> Task goal: Every line from the one containing "#1=APPLICATION_CONTEXT('');" to the one containing "#20=EDGE_CURVE('',#14,#16,#19,.T.);" in the records below, both included, must be set down exactly, and no other line.

___ Material to process ___

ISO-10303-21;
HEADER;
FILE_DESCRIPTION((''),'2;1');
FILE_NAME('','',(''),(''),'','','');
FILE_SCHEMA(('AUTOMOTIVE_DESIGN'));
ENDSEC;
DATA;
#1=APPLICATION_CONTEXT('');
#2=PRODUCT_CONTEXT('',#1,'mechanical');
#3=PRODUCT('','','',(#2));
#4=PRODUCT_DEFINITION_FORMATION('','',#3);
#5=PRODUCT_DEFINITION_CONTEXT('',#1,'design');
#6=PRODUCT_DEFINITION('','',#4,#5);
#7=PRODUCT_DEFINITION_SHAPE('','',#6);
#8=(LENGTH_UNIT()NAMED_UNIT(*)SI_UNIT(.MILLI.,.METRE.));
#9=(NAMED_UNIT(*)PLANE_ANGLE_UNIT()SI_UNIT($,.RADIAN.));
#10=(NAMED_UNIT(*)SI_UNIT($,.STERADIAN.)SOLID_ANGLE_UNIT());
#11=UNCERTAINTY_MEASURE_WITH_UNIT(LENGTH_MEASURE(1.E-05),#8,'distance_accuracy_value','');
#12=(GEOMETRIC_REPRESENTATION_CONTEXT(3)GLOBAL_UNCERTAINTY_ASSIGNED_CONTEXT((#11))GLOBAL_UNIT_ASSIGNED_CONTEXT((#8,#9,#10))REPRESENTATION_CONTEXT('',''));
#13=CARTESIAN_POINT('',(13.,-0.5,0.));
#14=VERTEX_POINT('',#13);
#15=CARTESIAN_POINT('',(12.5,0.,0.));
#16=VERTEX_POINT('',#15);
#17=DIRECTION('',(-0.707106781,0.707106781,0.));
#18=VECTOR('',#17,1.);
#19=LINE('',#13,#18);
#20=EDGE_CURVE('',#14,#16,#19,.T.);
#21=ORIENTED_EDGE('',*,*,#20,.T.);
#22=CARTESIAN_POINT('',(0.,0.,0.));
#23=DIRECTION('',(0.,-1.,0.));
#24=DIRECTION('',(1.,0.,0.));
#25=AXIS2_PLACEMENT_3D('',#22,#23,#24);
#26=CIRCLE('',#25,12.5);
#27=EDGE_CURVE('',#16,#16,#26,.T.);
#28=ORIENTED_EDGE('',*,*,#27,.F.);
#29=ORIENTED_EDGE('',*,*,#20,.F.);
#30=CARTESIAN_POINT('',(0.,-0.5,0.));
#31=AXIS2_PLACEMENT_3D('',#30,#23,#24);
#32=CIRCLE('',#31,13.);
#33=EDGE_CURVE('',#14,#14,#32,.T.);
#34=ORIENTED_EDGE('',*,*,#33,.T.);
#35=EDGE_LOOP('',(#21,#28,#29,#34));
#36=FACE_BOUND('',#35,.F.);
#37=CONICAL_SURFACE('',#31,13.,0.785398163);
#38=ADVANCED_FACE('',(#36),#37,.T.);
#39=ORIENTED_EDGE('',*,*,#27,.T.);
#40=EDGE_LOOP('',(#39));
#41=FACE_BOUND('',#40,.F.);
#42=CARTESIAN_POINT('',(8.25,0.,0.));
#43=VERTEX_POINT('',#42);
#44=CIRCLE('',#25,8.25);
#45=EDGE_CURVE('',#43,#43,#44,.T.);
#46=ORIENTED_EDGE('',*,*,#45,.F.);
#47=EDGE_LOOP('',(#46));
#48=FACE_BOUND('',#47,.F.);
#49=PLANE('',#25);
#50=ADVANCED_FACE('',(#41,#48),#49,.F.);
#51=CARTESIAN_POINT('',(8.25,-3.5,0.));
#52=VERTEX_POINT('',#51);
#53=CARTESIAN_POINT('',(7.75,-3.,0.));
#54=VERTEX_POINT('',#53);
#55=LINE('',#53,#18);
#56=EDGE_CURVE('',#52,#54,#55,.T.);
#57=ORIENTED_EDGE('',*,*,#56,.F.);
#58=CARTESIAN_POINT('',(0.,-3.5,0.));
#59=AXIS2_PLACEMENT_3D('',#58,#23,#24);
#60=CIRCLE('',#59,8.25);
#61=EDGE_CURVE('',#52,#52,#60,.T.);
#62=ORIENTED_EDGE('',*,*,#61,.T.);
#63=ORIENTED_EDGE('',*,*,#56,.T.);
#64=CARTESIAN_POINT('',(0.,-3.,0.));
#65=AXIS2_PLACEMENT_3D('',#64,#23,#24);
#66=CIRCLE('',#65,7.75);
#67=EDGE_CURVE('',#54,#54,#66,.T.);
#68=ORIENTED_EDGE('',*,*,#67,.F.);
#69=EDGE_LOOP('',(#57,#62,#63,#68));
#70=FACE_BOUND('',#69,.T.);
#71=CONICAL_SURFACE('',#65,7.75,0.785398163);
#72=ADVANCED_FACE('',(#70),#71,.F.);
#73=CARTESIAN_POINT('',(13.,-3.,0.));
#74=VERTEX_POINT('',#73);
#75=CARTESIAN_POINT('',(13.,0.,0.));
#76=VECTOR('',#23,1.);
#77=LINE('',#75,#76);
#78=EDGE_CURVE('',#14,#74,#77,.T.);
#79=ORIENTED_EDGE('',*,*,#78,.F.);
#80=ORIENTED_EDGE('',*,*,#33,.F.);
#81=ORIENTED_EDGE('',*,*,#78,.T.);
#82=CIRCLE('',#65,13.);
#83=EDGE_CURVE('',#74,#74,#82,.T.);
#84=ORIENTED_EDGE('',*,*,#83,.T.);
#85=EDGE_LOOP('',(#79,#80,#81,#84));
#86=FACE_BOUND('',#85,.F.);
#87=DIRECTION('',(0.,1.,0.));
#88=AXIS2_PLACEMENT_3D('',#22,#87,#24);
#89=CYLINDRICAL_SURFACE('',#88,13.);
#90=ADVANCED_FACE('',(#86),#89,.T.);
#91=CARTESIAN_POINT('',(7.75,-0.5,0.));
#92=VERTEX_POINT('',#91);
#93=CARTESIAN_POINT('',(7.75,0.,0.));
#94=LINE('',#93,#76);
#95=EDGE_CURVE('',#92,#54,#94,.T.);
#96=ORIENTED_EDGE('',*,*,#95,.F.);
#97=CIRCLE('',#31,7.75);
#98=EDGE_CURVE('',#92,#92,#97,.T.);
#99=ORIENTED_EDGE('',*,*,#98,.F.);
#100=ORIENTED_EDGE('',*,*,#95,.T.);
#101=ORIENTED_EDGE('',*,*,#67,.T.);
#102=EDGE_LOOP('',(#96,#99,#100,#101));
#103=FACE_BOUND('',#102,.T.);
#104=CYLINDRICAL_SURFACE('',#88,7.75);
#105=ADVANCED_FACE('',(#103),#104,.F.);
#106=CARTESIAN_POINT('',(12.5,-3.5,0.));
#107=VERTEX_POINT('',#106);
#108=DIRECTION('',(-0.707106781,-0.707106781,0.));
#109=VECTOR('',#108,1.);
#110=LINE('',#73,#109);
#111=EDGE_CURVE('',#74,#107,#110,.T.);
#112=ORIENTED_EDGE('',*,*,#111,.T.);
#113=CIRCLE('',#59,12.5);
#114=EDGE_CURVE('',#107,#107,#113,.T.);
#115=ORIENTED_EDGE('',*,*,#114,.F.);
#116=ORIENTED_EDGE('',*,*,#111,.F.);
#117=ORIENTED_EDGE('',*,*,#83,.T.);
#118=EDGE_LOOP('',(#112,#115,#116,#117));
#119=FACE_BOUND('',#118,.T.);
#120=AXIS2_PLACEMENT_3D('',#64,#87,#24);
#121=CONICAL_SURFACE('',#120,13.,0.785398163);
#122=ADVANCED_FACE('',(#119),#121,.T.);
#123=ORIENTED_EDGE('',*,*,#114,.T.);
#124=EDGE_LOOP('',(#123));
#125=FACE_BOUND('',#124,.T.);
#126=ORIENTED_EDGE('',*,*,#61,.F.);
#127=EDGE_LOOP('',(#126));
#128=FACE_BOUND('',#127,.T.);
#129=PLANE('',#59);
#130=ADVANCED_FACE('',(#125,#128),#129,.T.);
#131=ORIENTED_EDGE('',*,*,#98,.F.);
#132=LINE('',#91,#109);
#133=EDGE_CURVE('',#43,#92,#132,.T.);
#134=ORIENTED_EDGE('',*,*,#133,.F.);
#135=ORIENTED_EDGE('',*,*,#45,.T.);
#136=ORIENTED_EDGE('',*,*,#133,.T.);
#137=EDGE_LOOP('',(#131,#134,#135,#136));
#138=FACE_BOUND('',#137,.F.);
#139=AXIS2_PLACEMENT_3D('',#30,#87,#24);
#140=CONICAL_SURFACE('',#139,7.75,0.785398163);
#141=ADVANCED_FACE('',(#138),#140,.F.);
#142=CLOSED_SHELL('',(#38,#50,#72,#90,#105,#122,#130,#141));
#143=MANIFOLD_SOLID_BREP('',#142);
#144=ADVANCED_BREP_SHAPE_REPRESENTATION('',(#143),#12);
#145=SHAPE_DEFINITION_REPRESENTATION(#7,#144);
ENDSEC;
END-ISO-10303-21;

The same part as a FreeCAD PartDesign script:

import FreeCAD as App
import Part
import Sketcher

V = App.Vector


def edges_at(feature, points):
    """Names of the edges that pass closest to the given points."""
    edges = feature.Shape.Edges
    near = lambda p: min(range(len(edges)), key=lambda i: edges[i].distToShape(Part.Vertex(*p))[0])
    return sorted({f"Edge{near(p) + 1}" for p in points})

doc = App.newDocument("Part")
params = doc.addObject("Spreadsheet::Sheet", "Params")
for row, (alias, value) in enumerate([
    ("sketch1_diameter", "26 mm"),
    ("sketch1_diameter2", "15.5 mm"),
    ("pad1_length", "3.5 mm"),
    ("chamfer_size", "0.5 mm"),
    ("chamfer_size2", "0.5 mm"),
    ("chamfer2_size", "0.5 mm"),
], start=1):
    params.set(f"A{row}", alias)
    params.set(f"B{row}", "=" + value)
    params.setAlias(f"B{row}", alias)

body = doc.addObject("PartDesign::Body", "Body")

# Sketch on XZ plane
sketch1 = body.newObject("Sketcher::SketchObject", "Sketch")
sketch1.AttachmentSupport = (doc.getObject("XZ_Plane"), [""])
sketch1.MapMode = "FlatFace"
sketch1.addGeometry(Part.Circle(V(0, 0, 0), V(0, 0, 1), 13), False)
sketch1.addGeometry(Part.Circle(V(0, 0, 0), V(0, 0, 1), 7.75), False)
sketch1.addConstraint(Sketcher.Constraint("Coincident", 0, 3, -1, 1))
sketch1.addConstraint(Sketcher.Constraint("Coincident", 1, 3, -1, 1))
sketch1.addConstraint(Sketcher.Constraint("Diameter", 0, 26.0))
sketch1.addConstraint(Sketcher.Constraint("Diameter", 1, 15.5))
sketch1.setExpression("Constraints[2]", "Params.sketch1_diameter")
sketch1.setExpression("Constraints[3]", "Params.sketch1_diameter2")
pad1 = body.newObject("PartDesign::Pad", "Pad")
pad1.Profile = sketch1
pad1.setExpression("Length", "Params.pad1_length")
doc.recompute()

chamfer = body.newObject("PartDesign::Chamfer", "Chamfer")
chamfer.Base = (pad1, edges_at(pad1, [(-13, -3.5, 0), (-13, 0, 0)]))
chamfer.ChamferType = "Two distances"
chamfer.setExpression("Size", "Params.chamfer_size")
chamfer.setExpression("Size2", "Params.chamfer_size2")
doc.recompute()

chamfer2 = body.newObject("PartDesign::Chamfer", "Chamfer001")
chamfer2.Base = (chamfer, edges_at(chamfer, [(-7.75, 0, 0), (-7.75, -3.5, 0)]))
chamfer2.setExpression("Size", "Params.chamfer2_size")

doc.recompute()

___

> Response box:
#1=APPLICATION_CONTEXT('');
#2=PRODUCT_CONTEXT('',#1,'mechanical');
#3=PRODUCT('','','',(#2));
#4=PRODUCT_DEFINITION_FORMATION('','',#3);
#5=PRODUCT_DEFINITION_CONTEXT('',#1,'design');
#6=PRODUCT_DEFINITION('','',#4,#5);
#7=PRODUCT_DEFINITION_SHAPE('','',#6);
#8=(LENGTH_UNIT()NAMED_UNIT(*)SI_UNIT(.MILLI.,.METRE.));
#9=(NAMED_UNIT(*)PLANE_ANGLE_UNIT()SI_UNIT($,.RADIAN.));
#10=(NAMED_UNIT(*)SI_UNIT($,.STERADIAN.)SOLID_ANGLE_UNIT());
#11=UNCERTAINTY_MEASURE_WITH_UNIT(LENGTH_MEASURE(1.E-05),#8,'distance_accuracy_value','');
#12=(GEOMETRIC_REPRESENTATION_CONTEXT(3)GLOBAL_UNCERTAINTY_ASSIGNED_CONTEXT((#11))GLOBAL_UNIT_ASSIGNED_CONTEXT((#8,#9,#10))REPRESENTATION_CONTEXT('',''));
#13=CARTESIAN_POINT('',(13.,-0.5,0.));
#14=VERTEX_POINT('',#13);
#15=CARTESIAN_POINT('',(12.5,0.,0.));
#16=VERTEX_POINT('',#15);
#17=DIRECTION('',(-0.707106781,0.707106781,0.));
#18=VECTOR('',#17,1.);
#19=LINE('',#13,#18);
#20=EDGE_CURVE('',#14,#16,#19,.T.);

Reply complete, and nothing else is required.